DESCRIPTION OF THE TASK »
Show every line of the data where the word "DIRECTION" can be found.

PROVIDED DATA »
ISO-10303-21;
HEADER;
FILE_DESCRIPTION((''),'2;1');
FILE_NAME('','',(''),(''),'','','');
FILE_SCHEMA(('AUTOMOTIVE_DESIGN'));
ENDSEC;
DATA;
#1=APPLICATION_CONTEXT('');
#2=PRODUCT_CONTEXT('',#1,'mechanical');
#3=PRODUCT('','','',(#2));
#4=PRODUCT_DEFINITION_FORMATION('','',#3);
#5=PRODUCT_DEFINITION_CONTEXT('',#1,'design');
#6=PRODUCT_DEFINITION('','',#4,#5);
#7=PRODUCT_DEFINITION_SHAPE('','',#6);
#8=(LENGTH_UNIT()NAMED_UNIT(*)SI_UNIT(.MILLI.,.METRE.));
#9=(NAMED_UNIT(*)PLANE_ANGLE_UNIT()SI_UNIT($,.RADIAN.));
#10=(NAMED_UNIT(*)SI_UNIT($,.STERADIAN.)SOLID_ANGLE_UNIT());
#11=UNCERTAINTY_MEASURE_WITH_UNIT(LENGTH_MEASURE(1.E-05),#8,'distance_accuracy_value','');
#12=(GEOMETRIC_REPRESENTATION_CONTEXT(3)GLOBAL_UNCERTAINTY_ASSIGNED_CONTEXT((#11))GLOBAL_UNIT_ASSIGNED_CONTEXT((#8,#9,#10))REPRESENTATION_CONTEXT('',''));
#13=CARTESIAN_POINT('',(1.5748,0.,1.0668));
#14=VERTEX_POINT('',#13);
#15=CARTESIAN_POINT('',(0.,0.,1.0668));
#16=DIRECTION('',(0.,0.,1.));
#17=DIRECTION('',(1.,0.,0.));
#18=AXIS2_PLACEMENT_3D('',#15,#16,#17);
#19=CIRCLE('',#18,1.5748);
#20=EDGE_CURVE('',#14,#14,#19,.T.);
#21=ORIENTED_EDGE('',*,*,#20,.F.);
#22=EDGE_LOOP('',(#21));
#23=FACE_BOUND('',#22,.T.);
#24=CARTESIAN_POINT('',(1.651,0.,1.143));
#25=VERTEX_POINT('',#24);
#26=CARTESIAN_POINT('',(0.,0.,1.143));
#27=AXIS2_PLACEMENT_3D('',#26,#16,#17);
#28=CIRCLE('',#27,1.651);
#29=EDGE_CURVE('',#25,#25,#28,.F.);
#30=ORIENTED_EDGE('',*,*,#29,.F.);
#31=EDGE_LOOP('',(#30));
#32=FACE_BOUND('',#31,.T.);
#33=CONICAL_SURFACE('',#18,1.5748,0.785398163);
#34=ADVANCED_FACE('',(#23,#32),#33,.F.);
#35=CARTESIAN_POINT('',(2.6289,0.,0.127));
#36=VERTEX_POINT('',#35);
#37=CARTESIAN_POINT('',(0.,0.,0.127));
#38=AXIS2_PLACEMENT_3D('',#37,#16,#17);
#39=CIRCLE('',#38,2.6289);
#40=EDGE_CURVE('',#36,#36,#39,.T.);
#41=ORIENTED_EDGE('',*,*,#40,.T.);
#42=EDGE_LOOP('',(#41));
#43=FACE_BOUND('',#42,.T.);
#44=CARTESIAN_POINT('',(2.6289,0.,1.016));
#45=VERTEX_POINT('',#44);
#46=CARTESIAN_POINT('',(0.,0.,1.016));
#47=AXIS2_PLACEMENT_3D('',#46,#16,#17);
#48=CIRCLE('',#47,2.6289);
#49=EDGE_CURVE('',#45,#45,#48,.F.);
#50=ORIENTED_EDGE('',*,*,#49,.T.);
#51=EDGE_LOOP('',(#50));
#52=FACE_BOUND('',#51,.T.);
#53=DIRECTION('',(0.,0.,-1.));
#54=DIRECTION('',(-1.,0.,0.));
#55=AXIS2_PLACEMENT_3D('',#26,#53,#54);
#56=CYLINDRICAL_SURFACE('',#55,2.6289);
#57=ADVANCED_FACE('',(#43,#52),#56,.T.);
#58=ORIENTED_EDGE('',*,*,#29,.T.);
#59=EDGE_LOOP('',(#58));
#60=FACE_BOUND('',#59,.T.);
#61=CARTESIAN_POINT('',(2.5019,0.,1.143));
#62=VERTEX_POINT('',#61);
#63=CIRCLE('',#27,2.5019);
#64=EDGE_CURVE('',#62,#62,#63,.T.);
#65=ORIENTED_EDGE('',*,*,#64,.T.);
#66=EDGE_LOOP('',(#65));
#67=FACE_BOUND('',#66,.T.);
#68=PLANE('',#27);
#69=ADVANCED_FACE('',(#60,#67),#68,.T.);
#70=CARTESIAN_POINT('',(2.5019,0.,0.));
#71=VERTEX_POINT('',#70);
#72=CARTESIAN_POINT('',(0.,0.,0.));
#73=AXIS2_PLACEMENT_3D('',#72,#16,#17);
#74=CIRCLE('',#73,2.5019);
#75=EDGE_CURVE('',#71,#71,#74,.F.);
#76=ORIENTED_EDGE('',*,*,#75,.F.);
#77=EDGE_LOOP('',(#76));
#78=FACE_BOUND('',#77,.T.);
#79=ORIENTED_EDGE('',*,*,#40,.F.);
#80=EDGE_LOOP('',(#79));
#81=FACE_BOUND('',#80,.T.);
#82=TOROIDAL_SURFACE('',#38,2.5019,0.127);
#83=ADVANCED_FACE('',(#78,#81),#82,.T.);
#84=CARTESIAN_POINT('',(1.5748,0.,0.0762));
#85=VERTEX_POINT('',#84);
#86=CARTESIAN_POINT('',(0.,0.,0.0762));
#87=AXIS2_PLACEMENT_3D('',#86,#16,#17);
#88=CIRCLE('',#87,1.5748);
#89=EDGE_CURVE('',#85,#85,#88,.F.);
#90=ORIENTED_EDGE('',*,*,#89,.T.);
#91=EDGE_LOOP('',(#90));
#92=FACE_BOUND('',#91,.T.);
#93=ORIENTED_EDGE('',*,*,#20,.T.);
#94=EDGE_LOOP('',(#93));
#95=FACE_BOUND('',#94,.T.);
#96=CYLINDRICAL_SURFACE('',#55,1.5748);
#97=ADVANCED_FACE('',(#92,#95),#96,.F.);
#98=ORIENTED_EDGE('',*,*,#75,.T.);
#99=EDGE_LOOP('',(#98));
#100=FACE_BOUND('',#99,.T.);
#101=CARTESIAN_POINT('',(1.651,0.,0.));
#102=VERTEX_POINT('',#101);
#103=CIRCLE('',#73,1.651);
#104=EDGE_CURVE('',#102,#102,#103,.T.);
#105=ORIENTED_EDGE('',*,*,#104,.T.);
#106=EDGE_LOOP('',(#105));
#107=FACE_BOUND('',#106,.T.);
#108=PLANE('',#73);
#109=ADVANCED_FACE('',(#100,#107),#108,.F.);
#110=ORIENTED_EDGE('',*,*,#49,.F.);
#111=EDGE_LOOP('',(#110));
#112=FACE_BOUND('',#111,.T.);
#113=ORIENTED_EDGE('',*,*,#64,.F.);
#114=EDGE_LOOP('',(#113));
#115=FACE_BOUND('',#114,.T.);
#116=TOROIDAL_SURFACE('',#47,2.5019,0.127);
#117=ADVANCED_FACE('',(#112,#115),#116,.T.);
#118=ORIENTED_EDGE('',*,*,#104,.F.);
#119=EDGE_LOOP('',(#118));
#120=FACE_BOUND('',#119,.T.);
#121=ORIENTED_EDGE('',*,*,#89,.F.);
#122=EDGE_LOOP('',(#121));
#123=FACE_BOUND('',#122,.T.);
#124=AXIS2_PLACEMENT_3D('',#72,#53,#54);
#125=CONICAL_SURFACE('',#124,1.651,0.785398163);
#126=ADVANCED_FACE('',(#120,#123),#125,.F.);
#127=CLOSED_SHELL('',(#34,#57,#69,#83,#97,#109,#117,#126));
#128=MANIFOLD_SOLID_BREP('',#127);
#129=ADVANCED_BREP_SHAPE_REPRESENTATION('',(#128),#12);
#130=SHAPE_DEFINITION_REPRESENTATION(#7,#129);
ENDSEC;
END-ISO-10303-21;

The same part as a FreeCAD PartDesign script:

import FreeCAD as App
import Part
import Sketcher
from FreeCAD import Vector
Q = App.Units.Quantity


def edges_at(feature, points):
    """Names of the edges that pass closest to the given points."""
    edges = feature.Shape.Edges
    near = lambda p: min(range(len(edges)), key=lambda i: edges[i].distToShape(Part.Vertex(*p))[0])
    return sorted({f"Edge{near(p) + 1}" for p in points})

doc = App.newDocument("Part")
params = doc.addObject("Spreadsheet::Sheet", "Params")
for row, (alias, value) in enumerate([
    ("sketch1_diameter", "0.207 in"),
    ("sketch1_diameter2", "0.124 in"),
    ("pad1_length", "0.045 in"),
    ("fillet_radius", "0.005 in"),
    ("chamfer_size", "0.003 in"),
], start=1):
    params.set(f"A{row}", alias)
    params.set(f"B{row}", "=" + value)
    params.setAlias(f"B{row}", alias)

body = doc.addObject("PartDesign::Body", "Body")

sketch1 = doc.addObject("Sketcher::SketchObject", "Sketch")
body.addObject(sketch1)
sketch1.AttachmentSupport = (doc.XY_Plane, [""])
sketch1.MapMode = "FlatFace"
sketch1.addGeometry([
    Part.Circle(Vector(0, 0, 0), Vector(0, 0, 1), 2.6),
    Part.Circle(Vector(0, 0, 0), Vector(0, 0, 1), 1.6),
], False)
sketch1.addConstraint([
    Sketcher.Constraint("Coincident", 0, 3, -1, 1),
    Sketcher.Constraint("Coincident", 1, 3, -1, 1),
    Sketcher.Constraint("Diameter", 0, Q("0.207 in")),
    Sketcher.Constraint("Diameter", 1, Q("0.124 in")),
])
sketch1.setExpression("Constraints[2]", "Params.sketch1_diameter")
sketch1.setExpression("Constraints[3]", "Params.sketch1_diameter2")
pad1 = doc.addObject("PartDesign::Pad", "Pad")
body.addObject(pad1)
pad1.Profile = sketch1
pad1.setExpression("Length", "Params.pad1_length")
doc.recompute()

fillet = doc.addObject("PartDesign::Fillet", "Fillet")
body.addObject(fillet)
fillet.Base = (pad1, edges_at(pad1, [(-2.629, 0, 0), (-2.629, 0, 1.143)]))
fillet.setExpression("Radius", "Params.fillet_radius")
doc.recompute()

chamfer = doc.addObject("PartDesign::Chamfer", "Chamfer")
body.addObject(chamfer)
chamfer.Base = (fillet, edges_at(fillet, [(-1.575, 0, 0), (-1.575, 0, 1.143)]))
chamfer.setExpression("Size", "Params.chamfer_size")

doc.recompute()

SOLUTION »
#16=DIRECTION('',(0.,0.,1.));
#17=DIRECTION('',(1.,0.,0.));
#53=DIRECTION('',(0.,0.,-1.));
#54=DIRECTION('',(-1.,0.,0.));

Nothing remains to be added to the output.